Your task »
Among the entries below, take the line with "Cone(0, HOLE_WIZARD_M10_2_D /" and the line with "A parametric FreeCAD", and output them and every line between them exactly, with nothing else.

────────────────────────────────────────

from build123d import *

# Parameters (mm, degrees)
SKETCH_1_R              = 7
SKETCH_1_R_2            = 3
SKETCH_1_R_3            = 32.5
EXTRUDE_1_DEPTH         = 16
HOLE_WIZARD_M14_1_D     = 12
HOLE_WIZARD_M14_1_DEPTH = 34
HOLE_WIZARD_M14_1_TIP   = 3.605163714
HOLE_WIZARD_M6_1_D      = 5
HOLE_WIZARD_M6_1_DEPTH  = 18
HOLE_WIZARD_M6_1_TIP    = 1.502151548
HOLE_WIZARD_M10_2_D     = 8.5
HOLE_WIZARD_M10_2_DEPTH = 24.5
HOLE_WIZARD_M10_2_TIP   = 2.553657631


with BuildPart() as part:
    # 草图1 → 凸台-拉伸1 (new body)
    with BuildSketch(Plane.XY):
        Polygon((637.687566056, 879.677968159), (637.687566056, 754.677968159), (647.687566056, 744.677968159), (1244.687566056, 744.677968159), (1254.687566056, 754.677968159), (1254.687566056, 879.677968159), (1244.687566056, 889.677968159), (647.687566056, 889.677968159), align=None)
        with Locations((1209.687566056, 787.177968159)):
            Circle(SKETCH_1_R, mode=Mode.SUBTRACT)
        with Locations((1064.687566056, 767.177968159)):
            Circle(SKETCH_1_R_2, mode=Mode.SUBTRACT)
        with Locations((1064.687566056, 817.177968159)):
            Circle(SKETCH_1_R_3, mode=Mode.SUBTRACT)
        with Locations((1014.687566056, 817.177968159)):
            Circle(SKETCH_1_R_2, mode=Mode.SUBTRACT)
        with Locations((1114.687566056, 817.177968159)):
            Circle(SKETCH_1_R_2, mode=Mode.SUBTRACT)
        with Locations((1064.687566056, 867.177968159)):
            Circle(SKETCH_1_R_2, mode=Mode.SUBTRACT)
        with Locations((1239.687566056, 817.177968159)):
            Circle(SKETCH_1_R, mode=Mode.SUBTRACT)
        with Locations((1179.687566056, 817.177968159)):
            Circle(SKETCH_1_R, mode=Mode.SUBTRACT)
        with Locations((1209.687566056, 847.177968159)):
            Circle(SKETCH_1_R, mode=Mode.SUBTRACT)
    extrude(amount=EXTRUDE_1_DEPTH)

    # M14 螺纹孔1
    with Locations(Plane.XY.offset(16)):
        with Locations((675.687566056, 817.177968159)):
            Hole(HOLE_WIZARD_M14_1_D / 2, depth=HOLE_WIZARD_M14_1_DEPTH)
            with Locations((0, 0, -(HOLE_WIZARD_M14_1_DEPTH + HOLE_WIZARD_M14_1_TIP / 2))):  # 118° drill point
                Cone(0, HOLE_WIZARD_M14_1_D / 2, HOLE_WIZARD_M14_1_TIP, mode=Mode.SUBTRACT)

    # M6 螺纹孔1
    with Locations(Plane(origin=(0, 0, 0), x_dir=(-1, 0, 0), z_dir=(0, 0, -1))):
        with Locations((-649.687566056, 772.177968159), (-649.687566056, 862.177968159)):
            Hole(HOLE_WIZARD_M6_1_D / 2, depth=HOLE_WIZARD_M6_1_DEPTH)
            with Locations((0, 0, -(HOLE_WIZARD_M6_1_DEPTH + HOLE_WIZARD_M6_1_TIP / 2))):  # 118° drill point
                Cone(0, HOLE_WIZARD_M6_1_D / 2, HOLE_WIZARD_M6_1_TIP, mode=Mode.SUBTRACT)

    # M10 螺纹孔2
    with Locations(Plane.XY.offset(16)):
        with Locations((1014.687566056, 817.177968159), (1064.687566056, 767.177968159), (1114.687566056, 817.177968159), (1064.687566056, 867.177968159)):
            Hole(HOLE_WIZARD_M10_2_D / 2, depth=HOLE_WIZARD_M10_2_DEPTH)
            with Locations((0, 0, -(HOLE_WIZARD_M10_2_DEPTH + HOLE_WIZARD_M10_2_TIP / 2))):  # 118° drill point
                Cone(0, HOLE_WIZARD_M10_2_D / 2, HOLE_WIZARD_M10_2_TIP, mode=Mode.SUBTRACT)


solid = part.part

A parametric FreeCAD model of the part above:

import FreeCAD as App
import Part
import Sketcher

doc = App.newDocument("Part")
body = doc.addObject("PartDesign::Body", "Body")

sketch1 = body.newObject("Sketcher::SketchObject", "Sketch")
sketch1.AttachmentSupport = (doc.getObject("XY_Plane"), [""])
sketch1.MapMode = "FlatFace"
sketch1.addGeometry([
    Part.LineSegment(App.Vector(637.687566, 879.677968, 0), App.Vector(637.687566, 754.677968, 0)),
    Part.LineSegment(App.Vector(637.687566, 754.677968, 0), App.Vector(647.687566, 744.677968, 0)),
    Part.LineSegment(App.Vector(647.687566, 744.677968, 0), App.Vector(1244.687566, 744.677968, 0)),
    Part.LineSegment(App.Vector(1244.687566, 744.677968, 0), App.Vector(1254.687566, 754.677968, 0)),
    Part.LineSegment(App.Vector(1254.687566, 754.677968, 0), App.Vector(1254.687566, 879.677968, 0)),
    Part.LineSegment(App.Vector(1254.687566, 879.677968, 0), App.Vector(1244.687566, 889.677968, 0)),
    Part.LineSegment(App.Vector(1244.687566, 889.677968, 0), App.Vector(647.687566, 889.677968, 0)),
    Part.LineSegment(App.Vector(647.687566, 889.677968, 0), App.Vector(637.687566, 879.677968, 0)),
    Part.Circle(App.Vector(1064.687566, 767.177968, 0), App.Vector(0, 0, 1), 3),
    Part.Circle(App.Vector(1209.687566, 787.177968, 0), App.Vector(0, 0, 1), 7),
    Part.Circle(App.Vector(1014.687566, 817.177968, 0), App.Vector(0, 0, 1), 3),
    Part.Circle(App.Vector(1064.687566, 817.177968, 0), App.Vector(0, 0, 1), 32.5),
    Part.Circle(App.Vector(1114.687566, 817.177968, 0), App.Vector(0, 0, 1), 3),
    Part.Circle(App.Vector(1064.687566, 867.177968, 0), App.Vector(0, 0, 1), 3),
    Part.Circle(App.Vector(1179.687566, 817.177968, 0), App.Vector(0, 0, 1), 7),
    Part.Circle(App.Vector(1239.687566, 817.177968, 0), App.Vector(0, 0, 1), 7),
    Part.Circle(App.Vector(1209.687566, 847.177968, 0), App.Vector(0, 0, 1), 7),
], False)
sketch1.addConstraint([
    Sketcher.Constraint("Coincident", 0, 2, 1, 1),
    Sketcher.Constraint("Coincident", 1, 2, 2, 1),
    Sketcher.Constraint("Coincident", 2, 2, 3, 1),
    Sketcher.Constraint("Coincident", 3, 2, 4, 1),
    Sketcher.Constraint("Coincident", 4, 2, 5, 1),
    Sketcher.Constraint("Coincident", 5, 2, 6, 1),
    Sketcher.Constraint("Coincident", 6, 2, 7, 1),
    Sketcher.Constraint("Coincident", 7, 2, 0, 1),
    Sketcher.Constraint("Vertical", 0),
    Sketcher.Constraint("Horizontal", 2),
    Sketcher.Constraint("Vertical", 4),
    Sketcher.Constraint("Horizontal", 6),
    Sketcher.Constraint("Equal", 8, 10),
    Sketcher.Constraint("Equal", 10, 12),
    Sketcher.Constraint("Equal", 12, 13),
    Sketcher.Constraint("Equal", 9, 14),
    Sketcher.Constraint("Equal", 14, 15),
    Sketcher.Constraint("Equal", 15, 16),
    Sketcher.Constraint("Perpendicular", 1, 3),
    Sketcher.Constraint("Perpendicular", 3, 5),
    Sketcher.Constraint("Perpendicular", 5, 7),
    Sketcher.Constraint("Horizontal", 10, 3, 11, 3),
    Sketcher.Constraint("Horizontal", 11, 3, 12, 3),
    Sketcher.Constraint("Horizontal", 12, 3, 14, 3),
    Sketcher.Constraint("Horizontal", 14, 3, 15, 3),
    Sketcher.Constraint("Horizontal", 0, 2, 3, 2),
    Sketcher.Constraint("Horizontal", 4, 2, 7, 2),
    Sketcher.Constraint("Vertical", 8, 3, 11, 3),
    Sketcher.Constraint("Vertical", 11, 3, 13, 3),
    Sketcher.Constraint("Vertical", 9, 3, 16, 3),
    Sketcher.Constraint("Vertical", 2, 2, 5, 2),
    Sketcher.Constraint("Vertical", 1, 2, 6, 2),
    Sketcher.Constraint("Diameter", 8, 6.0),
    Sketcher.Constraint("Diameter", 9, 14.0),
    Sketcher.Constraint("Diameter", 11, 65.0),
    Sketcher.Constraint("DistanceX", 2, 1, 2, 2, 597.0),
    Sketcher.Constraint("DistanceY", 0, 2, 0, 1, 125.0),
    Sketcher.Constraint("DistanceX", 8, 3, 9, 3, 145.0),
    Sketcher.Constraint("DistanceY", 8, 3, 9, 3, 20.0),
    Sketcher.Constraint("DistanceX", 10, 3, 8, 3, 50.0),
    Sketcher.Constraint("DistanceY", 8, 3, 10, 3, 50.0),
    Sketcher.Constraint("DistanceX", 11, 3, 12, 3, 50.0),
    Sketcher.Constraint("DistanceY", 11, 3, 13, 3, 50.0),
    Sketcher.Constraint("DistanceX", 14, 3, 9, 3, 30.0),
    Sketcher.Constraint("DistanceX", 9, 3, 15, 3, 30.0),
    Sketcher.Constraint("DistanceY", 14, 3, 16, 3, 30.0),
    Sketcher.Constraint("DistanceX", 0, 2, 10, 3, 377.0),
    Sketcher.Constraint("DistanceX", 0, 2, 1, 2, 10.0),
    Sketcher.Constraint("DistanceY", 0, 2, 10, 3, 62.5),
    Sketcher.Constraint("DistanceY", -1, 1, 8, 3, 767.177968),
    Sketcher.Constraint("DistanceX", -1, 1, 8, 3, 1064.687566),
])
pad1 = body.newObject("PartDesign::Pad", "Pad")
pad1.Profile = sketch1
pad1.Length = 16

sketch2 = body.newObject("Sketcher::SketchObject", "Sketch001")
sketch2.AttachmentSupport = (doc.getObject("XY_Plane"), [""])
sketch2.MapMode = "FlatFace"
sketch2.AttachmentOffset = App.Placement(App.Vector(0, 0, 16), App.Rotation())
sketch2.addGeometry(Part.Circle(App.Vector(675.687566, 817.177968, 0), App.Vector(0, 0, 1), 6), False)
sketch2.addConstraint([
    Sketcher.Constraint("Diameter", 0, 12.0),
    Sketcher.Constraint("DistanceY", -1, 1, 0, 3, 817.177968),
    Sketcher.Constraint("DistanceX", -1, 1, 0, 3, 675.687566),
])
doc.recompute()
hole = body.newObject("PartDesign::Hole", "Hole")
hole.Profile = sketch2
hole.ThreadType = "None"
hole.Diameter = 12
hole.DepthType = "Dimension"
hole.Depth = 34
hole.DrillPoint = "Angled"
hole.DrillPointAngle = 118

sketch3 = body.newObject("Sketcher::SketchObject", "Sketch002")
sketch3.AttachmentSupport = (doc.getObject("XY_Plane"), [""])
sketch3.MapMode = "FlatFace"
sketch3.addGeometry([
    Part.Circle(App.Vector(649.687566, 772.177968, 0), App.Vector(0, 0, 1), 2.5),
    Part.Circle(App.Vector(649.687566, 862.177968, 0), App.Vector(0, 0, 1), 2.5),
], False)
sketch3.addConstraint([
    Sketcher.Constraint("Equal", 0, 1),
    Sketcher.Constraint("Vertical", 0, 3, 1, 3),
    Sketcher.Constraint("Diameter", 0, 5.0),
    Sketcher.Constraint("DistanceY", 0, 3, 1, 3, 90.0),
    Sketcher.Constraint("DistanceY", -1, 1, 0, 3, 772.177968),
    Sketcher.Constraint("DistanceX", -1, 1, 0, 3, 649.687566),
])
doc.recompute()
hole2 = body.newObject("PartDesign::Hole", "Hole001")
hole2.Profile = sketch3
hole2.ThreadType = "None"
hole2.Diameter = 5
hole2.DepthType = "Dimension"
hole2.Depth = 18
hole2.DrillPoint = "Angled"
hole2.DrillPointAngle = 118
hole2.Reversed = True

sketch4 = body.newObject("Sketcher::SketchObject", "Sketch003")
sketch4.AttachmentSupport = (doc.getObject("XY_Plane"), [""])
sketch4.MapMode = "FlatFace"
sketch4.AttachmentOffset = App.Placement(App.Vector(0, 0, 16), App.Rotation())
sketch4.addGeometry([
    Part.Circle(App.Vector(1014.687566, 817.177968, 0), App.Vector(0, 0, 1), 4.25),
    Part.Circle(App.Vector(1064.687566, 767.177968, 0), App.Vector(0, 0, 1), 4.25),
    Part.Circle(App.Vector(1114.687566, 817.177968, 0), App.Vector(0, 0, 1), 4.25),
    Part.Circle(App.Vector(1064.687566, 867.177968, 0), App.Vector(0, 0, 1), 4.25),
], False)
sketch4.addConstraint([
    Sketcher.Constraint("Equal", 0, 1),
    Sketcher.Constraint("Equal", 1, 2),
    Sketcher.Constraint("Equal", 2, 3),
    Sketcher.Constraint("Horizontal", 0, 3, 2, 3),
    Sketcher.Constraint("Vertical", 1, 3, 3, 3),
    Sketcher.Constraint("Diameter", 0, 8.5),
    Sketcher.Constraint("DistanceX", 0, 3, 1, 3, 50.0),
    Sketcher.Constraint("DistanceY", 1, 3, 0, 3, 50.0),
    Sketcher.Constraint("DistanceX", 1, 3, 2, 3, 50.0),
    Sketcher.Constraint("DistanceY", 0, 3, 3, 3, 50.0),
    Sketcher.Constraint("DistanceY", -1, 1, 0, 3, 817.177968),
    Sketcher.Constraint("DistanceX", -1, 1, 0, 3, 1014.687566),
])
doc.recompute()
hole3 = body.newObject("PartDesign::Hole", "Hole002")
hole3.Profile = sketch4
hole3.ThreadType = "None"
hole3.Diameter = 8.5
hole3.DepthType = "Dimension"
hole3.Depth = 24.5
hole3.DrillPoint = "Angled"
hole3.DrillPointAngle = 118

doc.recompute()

────────────────────────────────────────

Output of the exercise »
                Cone(0, HOLE_WIZARD_M10_2_D / 2, HOLE_WIZARD_M10_2_TIP, mode=Mode.SUBTRACT)


solid = part.part

A parametric FreeCAD model of the part above:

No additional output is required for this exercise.